Until
a few years ago, running a U.S. city was pretty easy. You added services when
voters asked, you hired more workers (who were likely to vote for you come
election time) to provide the services, and you promised lavish retirement
benefits to cops and teachers who weren’t going to retire until long
after you left office. If tax revenues didn’t cover day-to-day
operations, no problem; Washington was sending plenty of aid to make up the
difference.
No
longer. The gap between what a typical city gets from sales and property
taxes and what it owes its employees is a now a chasm that even trillions in
federal stimulus money can’t fill. So for the first time in most
Americans’ memory, cities actually have to live within their means. The
result, according to today’s
Wall Street Journal,
isn’t pretty.
As
Slump Hits Home, Cities Downsize Their Ambitions
MESA,
Ariz. — The police department in this city of 470,000 has lost about 50
officers, and is hiring lower-paid civilians to do investigative work. The
Little League has to pay the city $15 an hour to turn on ball-field lights.
The library now closes its main location on Sundays, and city offices are
open only four days a week. This holiday season, the city didn’t put up
festive lights along the downtown streets.
Mesa’s
tax receipts, depressed by the recession, will likely come back one of these
days. But Mayor Scott Smith doesn’t believe city services will return
to prerecession levels for a long time, if ever. “We are redefining
what cities are going to be,” says Mr. Smith, a Republican who ran a
homebuilding company before his election last year.
Months
after many economists declared the recession over, cities are only now
beginning to feel the full brunt of it. Recessions often take longer to
trickle down to local government, in part because it takes time for the sales
and property-tax revenues on which municipalities depend to catch up with a
depressed economy.
But
the sting this time around is expected to be far more acute and long-lasting
than in previous recessions. Projected deficits are especially deep in some
places and tax revenues could be pinched for years as consumers turn thrifty
and real-estate prices remain diminished.
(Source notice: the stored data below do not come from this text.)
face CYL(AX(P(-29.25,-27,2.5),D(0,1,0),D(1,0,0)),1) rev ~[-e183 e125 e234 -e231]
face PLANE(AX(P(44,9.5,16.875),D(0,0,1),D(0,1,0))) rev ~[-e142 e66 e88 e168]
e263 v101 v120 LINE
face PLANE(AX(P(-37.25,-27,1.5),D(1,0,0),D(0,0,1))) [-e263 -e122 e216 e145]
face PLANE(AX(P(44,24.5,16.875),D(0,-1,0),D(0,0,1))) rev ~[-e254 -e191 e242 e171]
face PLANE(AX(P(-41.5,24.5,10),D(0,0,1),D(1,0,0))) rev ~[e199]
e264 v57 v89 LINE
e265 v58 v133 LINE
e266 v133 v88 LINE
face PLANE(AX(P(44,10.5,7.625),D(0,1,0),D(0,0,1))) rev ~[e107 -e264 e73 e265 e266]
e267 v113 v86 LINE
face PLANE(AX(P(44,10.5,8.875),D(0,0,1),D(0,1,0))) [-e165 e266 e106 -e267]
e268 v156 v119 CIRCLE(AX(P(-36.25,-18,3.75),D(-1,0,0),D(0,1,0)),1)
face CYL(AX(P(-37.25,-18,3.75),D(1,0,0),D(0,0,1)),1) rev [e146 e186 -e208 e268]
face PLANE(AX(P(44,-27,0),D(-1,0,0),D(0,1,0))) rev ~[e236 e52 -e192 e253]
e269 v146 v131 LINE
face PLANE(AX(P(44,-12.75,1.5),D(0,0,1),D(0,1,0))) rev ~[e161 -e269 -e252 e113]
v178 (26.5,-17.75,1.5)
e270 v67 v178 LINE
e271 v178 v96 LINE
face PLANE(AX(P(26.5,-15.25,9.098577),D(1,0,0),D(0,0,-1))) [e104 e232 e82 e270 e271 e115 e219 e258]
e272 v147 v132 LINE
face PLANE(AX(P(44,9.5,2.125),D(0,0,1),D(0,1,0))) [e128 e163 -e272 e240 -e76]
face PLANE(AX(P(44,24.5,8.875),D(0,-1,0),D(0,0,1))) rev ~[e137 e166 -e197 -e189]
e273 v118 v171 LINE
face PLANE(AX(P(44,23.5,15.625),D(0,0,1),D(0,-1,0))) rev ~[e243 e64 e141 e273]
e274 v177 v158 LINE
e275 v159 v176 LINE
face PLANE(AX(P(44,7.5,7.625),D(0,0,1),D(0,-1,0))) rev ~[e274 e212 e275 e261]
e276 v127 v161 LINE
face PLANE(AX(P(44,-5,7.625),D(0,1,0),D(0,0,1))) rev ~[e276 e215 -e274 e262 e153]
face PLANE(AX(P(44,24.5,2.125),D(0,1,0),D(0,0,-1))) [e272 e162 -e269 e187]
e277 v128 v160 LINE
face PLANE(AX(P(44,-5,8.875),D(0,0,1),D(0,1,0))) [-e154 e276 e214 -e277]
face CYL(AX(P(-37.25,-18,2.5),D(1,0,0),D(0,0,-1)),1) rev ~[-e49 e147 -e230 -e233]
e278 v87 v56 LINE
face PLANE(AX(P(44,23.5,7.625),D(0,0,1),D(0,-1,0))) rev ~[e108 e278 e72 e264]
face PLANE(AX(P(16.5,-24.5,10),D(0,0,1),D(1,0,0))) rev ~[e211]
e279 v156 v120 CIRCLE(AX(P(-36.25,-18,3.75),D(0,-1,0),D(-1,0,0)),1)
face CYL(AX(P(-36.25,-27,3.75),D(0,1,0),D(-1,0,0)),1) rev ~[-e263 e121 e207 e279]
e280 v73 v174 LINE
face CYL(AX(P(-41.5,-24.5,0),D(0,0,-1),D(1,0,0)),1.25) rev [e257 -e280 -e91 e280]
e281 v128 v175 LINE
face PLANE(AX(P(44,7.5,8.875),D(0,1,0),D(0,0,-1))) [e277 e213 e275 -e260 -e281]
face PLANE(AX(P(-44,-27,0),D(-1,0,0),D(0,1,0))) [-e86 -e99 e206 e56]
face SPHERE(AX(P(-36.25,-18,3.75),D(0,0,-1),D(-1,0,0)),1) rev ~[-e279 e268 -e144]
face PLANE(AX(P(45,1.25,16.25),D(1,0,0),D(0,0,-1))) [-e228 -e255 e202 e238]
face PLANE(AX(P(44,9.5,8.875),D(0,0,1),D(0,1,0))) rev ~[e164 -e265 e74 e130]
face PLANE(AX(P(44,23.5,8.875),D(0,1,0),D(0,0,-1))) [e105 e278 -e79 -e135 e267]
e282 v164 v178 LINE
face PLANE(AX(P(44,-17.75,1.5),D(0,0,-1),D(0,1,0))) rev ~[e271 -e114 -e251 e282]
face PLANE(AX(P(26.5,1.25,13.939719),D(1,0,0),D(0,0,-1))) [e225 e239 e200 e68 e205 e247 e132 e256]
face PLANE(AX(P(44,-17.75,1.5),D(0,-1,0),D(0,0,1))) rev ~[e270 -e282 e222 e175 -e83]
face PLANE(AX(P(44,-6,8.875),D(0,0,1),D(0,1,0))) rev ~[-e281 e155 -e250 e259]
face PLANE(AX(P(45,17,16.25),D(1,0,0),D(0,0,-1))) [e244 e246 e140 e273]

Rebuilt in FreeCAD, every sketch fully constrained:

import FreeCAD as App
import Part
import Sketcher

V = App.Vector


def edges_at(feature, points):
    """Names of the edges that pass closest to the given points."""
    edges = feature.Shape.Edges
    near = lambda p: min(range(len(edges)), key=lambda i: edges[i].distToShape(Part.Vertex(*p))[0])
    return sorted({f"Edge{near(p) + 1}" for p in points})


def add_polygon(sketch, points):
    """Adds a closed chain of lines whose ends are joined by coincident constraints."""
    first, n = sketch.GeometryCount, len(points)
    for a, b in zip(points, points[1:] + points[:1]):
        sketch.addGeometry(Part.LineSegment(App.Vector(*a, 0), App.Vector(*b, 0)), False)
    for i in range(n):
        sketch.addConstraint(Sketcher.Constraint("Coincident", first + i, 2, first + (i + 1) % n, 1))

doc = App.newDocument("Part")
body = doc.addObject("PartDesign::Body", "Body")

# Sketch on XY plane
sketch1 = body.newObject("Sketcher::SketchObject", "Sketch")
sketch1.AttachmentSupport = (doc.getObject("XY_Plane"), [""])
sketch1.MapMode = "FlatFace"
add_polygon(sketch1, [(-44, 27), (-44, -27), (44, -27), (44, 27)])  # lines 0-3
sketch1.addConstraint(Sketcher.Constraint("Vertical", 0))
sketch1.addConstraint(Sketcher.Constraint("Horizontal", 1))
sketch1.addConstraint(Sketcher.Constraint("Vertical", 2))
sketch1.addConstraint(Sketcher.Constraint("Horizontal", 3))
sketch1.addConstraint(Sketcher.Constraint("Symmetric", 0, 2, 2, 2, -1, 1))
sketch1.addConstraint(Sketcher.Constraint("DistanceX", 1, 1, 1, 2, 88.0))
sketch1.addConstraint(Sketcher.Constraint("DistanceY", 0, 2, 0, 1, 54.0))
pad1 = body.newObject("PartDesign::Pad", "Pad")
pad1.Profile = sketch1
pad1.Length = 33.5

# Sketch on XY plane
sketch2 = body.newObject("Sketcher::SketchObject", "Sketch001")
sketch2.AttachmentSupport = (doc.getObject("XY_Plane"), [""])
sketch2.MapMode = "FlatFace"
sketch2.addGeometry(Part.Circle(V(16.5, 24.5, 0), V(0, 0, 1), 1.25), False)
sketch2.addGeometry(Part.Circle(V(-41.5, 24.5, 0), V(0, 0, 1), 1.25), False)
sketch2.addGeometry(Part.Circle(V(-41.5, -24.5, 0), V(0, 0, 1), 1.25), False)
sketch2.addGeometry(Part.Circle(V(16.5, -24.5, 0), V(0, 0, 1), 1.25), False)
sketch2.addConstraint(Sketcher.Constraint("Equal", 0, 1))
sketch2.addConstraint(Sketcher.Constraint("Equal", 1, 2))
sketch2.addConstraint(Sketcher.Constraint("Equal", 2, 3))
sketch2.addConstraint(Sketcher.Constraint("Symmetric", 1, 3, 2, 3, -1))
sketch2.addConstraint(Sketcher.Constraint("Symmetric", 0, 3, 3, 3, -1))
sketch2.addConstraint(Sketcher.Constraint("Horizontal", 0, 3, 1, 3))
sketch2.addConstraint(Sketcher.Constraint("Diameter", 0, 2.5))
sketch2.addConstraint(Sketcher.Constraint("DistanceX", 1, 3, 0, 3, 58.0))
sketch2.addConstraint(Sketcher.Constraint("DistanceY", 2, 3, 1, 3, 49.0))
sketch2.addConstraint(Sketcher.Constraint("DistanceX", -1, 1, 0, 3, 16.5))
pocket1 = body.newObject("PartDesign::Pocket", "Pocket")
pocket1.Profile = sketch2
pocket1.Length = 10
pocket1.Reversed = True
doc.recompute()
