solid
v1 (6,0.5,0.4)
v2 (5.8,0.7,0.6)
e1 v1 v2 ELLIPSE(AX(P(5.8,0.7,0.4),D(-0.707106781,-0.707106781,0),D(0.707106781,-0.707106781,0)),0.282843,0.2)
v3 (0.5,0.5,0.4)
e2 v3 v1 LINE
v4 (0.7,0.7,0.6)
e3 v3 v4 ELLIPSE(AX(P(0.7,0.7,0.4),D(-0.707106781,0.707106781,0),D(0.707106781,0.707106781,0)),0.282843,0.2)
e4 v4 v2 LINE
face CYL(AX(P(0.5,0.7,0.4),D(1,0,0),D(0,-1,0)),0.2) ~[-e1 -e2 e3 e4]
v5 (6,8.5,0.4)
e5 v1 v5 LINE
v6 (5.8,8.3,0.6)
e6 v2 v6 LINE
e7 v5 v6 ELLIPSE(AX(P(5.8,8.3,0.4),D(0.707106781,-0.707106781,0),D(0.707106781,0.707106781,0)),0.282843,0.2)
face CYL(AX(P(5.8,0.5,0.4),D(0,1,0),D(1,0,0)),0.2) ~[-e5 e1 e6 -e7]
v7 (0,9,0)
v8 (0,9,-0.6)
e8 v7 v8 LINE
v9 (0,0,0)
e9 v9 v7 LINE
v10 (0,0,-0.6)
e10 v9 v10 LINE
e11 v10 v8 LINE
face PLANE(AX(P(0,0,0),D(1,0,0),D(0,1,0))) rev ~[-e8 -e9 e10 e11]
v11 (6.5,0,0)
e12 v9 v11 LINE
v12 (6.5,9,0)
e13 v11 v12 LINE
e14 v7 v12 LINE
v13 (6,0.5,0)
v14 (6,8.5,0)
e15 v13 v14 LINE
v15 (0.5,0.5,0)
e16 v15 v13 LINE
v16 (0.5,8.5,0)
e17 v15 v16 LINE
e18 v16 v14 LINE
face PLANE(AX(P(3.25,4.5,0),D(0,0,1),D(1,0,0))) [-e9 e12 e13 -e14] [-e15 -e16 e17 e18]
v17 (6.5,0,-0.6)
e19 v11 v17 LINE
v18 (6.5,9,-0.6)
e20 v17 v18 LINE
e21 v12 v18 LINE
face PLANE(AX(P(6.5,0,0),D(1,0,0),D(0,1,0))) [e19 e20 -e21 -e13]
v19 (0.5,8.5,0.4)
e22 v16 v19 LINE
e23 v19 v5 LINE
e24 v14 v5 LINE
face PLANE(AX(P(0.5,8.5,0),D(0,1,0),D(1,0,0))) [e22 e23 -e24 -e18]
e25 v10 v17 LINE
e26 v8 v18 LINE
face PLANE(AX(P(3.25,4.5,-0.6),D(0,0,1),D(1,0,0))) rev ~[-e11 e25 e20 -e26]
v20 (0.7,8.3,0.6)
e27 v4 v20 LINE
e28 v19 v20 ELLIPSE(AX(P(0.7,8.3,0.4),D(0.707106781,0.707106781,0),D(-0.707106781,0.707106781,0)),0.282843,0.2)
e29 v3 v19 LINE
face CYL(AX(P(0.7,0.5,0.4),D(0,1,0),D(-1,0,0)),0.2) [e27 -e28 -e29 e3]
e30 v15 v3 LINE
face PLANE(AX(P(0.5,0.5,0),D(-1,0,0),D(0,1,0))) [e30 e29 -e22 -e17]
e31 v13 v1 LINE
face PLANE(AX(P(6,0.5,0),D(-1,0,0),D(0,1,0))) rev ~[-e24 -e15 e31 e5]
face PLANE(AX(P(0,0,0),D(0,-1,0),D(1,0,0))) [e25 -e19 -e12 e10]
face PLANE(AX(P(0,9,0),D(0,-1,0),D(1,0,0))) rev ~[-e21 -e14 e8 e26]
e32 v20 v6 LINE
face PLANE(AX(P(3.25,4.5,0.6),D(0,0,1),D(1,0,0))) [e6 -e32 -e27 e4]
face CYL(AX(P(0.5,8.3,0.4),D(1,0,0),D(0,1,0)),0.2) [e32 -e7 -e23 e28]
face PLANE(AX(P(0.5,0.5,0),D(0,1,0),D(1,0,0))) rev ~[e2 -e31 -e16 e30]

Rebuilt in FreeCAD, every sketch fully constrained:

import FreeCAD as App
import Part
import Sketcher
Q = App.Units.Quantity


def edges_at(feature, points):
    """Names of the edges that pass closest to the given points."""
    edges = feature.Shape.Edges
    near = lambda p: min(range(len(edges)), key=lambda i: edges[i].distToShape(Part.Vertex(*p))[0])
    return sorted({f"Edge{near(p) + 1}" for p in points})

doc = App.newDocument("Part")
body = doc.addObject("PartDesign::Body", "Body")

# Sketch on XY plane
sketch1 = body.newObject("Sketcher::SketchObject", "Sketch")
sketch1.AttachmentSupport = (doc.getObject("XY_Plane"), [""])
sketch1.MapMode = "FlatFace"
sketch1.addGeometry([
    Part.LineSegment(App.Vector(0, 9, 0), App.Vector(0, 0, 0)),
    Part.LineSegment(App.Vector(0, 0, 0), App.Vector(6.5, 0, 0)),
    Part.LineSegment(App.Vector(6.5, 0, 0), App.Vector(6.5, 9, 0)),
    Part.LineSegment(App.Vector(6.5, 9, 0), App.Vector(0, 9, 0)),
], False)
sketch1.addConstraint([
    Sketcher.Constraint("Coincident", 0, 2, 1, 1),
    Sketcher.Constraint("Coincident", 1, 2, 2, 1),
    Sketcher.Constraint("Coincident", 2, 2, 3, 1),
    Sketcher.Constraint("Coincident", 3, 2, 0, 1),
    Sketcher.Constraint("Vertical", 0),
    Sketcher.Constraint("Horizontal", 1),
    Sketcher.Constraint("Vertical", 2),
    Sketcher.Constraint("Horizontal", 3),
    Sketcher.Constraint("Coincident", 0, 2, -1, 1),
    Sketcher.Constraint("DistanceY", 0, 2, 0, 1, Q("9 mm")),
    Sketcher.Constraint("DistanceX", 1, 1, 1, 2, Q("6.5 mm")),
])
pad1 = body.newObject("PartDesign::Pad", "Pad")
pad1.Profile = sketch1
pad1.Length = 0.6
pad1.Reversed = True

# Sketch on XY plane
sketch2 = body.newObject("Sketcher::SketchObject", "Sketch001")
sketch2.AttachmentSupport = (doc.getObject("XY_Plane"), [""])
sketch2.MapMode = "FlatFace"
sketch2.addGeometry([
    Part.LineSegment(App.Vector(0.5, 8.5, 0), App.Vector(0.5, 0.5, 0)),
    Part.LineSegment(App.Vector(0.5, 0.5, 0), App.Vector(6, 0.5, 0)),
    Part.LineSegment(App.Vector(6, 0.5, 0), App.Vector(6, 8.5, 0)),
    Part.LineSegment(App.Vector(6, 8.5, 0), App.Vector(0.5, 8.5, 0)),
], False)
sketch2.addConstraint([
    Sketcher.Constraint("Coincident", 0, 2, 1, 1),
    Sketcher.Constraint("Coincident", 1, 2, 2, 1),
    Sketcher.Constraint("Coincident", 2, 2, 3, 1),
    Sketcher.Constraint("Coincident", 3, 2, 0, 1),
    Sketcher.Constraint("Vertical", 0),
    Sketcher.Constraint("Horizontal", 1),
    Sketcher.Constraint("Vertical", 2),
    Sketcher.Constraint("Horizontal", 3),
    Sketcher.Constraint("DistanceY", 0, 2, 0, 1, Q("8 mm")),
    Sketcher.Constraint("DistanceX", 1, 1, 1, 2, Q("5.5 mm")),
    Sketcher.Constraint("DistanceX", -1, 1, 1, 2, Q("6 mm")),
    Sketcher.Constraint("DistanceY", -1, 1, 0, 2, Q("0.5 mm")),
])
pad2 = body.newObject("PartDesign::Pad", "Pad001")
pad2.Profile = sketch2
pad2.Length = 0.6
doc.recompute()

fillet = body.newObject("PartDesign::Fillet", "Fillet")
fillet.Base = (pad2, edges_at(pad2, [
    (0.5, 4.5, 0.6),
    (3.25, 0.5, 0.6),
    (6, 4.5, 0.6),
    (3.25, 8.5, 0.6),
]))
fillet.Radius = 0.2

doc.recompute()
That means the relatively painless
measures such as borrowing, deferred payments to pension plans and scattered
layoffs that have been used during past episodes of fiscal strain are
unlikely to be effective in some cities.
In
the decade through 2008, municipal tax revenues grew at a rate of 6.5% a
year, faster than the overall economy’s 5.1%, unadjusted for inflation.
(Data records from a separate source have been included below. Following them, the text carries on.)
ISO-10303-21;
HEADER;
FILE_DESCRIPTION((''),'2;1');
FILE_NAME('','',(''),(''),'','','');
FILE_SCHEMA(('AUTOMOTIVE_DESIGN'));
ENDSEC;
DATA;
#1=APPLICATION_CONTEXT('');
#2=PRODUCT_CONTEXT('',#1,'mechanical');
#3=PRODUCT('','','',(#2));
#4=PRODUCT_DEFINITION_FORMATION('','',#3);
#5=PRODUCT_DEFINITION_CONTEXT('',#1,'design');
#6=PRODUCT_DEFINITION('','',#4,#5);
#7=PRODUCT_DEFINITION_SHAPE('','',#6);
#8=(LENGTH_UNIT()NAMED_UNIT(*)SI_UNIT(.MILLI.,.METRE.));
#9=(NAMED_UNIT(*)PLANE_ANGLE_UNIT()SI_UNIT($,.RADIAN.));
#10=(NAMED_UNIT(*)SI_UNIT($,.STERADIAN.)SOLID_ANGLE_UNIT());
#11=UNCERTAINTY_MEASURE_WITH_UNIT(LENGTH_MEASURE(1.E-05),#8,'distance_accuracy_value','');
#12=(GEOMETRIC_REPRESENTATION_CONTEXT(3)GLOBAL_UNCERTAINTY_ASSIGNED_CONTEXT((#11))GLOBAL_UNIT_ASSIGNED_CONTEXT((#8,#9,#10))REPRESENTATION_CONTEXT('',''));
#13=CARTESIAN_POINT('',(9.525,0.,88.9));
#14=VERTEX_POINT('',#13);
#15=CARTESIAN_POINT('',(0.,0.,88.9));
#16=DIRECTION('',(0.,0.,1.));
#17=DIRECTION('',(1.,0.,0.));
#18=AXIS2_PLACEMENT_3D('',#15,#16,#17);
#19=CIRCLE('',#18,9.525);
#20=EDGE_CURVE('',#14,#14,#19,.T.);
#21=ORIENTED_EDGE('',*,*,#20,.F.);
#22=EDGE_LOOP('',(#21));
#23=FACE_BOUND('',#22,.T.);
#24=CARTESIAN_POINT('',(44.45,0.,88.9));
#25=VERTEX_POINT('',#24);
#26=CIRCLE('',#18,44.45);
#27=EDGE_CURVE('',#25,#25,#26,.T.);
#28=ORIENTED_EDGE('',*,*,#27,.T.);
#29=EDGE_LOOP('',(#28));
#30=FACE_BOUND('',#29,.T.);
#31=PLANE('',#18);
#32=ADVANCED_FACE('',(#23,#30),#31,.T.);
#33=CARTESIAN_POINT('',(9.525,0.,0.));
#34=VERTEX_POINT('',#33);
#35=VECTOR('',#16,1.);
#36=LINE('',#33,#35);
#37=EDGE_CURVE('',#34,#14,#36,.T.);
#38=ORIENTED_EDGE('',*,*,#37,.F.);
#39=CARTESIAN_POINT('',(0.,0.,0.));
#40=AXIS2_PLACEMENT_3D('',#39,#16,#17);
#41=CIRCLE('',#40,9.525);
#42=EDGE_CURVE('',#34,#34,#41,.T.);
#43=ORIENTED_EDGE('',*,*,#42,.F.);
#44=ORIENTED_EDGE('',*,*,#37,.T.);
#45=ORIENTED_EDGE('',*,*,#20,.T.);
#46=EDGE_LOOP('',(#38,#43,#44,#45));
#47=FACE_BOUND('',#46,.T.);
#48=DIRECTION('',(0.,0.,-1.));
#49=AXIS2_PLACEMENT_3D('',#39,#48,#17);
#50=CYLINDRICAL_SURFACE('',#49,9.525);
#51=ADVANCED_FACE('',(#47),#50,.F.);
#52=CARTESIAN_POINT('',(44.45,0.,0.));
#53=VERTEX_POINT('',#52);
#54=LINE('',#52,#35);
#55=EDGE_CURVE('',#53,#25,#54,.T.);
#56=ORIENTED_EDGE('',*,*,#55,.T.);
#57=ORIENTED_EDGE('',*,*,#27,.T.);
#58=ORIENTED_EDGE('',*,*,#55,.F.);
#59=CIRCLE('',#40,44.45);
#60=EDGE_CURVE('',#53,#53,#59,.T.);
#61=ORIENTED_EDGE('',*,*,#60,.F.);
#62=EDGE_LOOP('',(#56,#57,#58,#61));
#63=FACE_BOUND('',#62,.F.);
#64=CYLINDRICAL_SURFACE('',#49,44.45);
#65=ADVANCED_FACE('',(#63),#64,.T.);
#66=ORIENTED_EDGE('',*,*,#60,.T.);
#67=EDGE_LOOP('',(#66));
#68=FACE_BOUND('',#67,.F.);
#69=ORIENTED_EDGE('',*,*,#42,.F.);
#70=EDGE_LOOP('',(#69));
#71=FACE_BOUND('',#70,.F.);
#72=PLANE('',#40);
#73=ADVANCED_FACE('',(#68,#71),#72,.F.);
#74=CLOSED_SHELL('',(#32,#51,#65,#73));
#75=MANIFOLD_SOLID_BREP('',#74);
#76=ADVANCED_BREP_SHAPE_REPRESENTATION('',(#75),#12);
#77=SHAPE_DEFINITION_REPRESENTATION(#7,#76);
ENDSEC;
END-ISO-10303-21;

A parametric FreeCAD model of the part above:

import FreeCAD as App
import Part
import Sketcher
Q = App.Units.Quantity

doc = App.newDocument("Part")
body = doc.addObject("PartDesign::Body", "Body")

sketch1 = body.newObject("Sketcher::SketchObject", "Sketch")
sketch1.AttachmentSupport = (doc.getObject("XY_Plane"), [""])
sketch1.MapMode = "FlatFace"
sketch1.addGeometry([
    Part.Circle(App.Vector(0, 0, 0), App.Vector(0, 0, 1), 44),
    Part.Circle(App.Vector(0, 0, 0), App.Vector(0, 0, 1), 10),
], False)
sketch1.addConstraint([
    Sketcher.Constraint("Coincident", 0, 3, -1, 1),
    Sketcher.Constraint("Coincident", 1, 3, -1, 1),
    Sketcher.Constraint("Diameter", 0, Q("3.5 in")),
    Sketcher.Constraint("Diameter", 1, Q("0.75 in")),
])
pad1 = body.newObject("PartDesign::Pad", "Pad")
pad1.Profile = sketch1
pad1.Length = Q("3.5 in")

doc.recompute()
Those revenues have started to slip. A national tally isn’t yet
available, but state tax collections fell 11% across 44 states in the third
quarter of 2009, from the same period a year ago, according to a report by
the Nelson A. Rockefeller Institute of Government at the State University of
New York. In a recent survey by the National League of Cities, 88% of city
budget officers said they were less able to meet their financial needs than
they were a year ago.
The
specter of lean budgets for years ahead has some of the nation’s 89,000
local governments rethinking what services to provide and how to pay for
them. From Mesa to Philadelphia, this means some combination of higher taxes
and fewer services. In some places, it means more and higher fees for permits
and recreation programs. Museums, pools and the like are relying more on
income from fees charged to users and from nonprofit organizations, and less
on taxpayers.
These
cuts matter greatly to the economy at large. Local government spending
accounts for 8.8% of the nation’s total output, including everything
from employee salaries to snowplows. The sector employs one in nine workers
— 14.5 million in all, or about 8 million in education and 6.5 million
elsewhere. More Americans work for cities, counties and school boards than in
all of manufacturing.
More
likely to be union members, government workers tend to be better paid and
have greater job security than many of the taxpayers who pay their salaries.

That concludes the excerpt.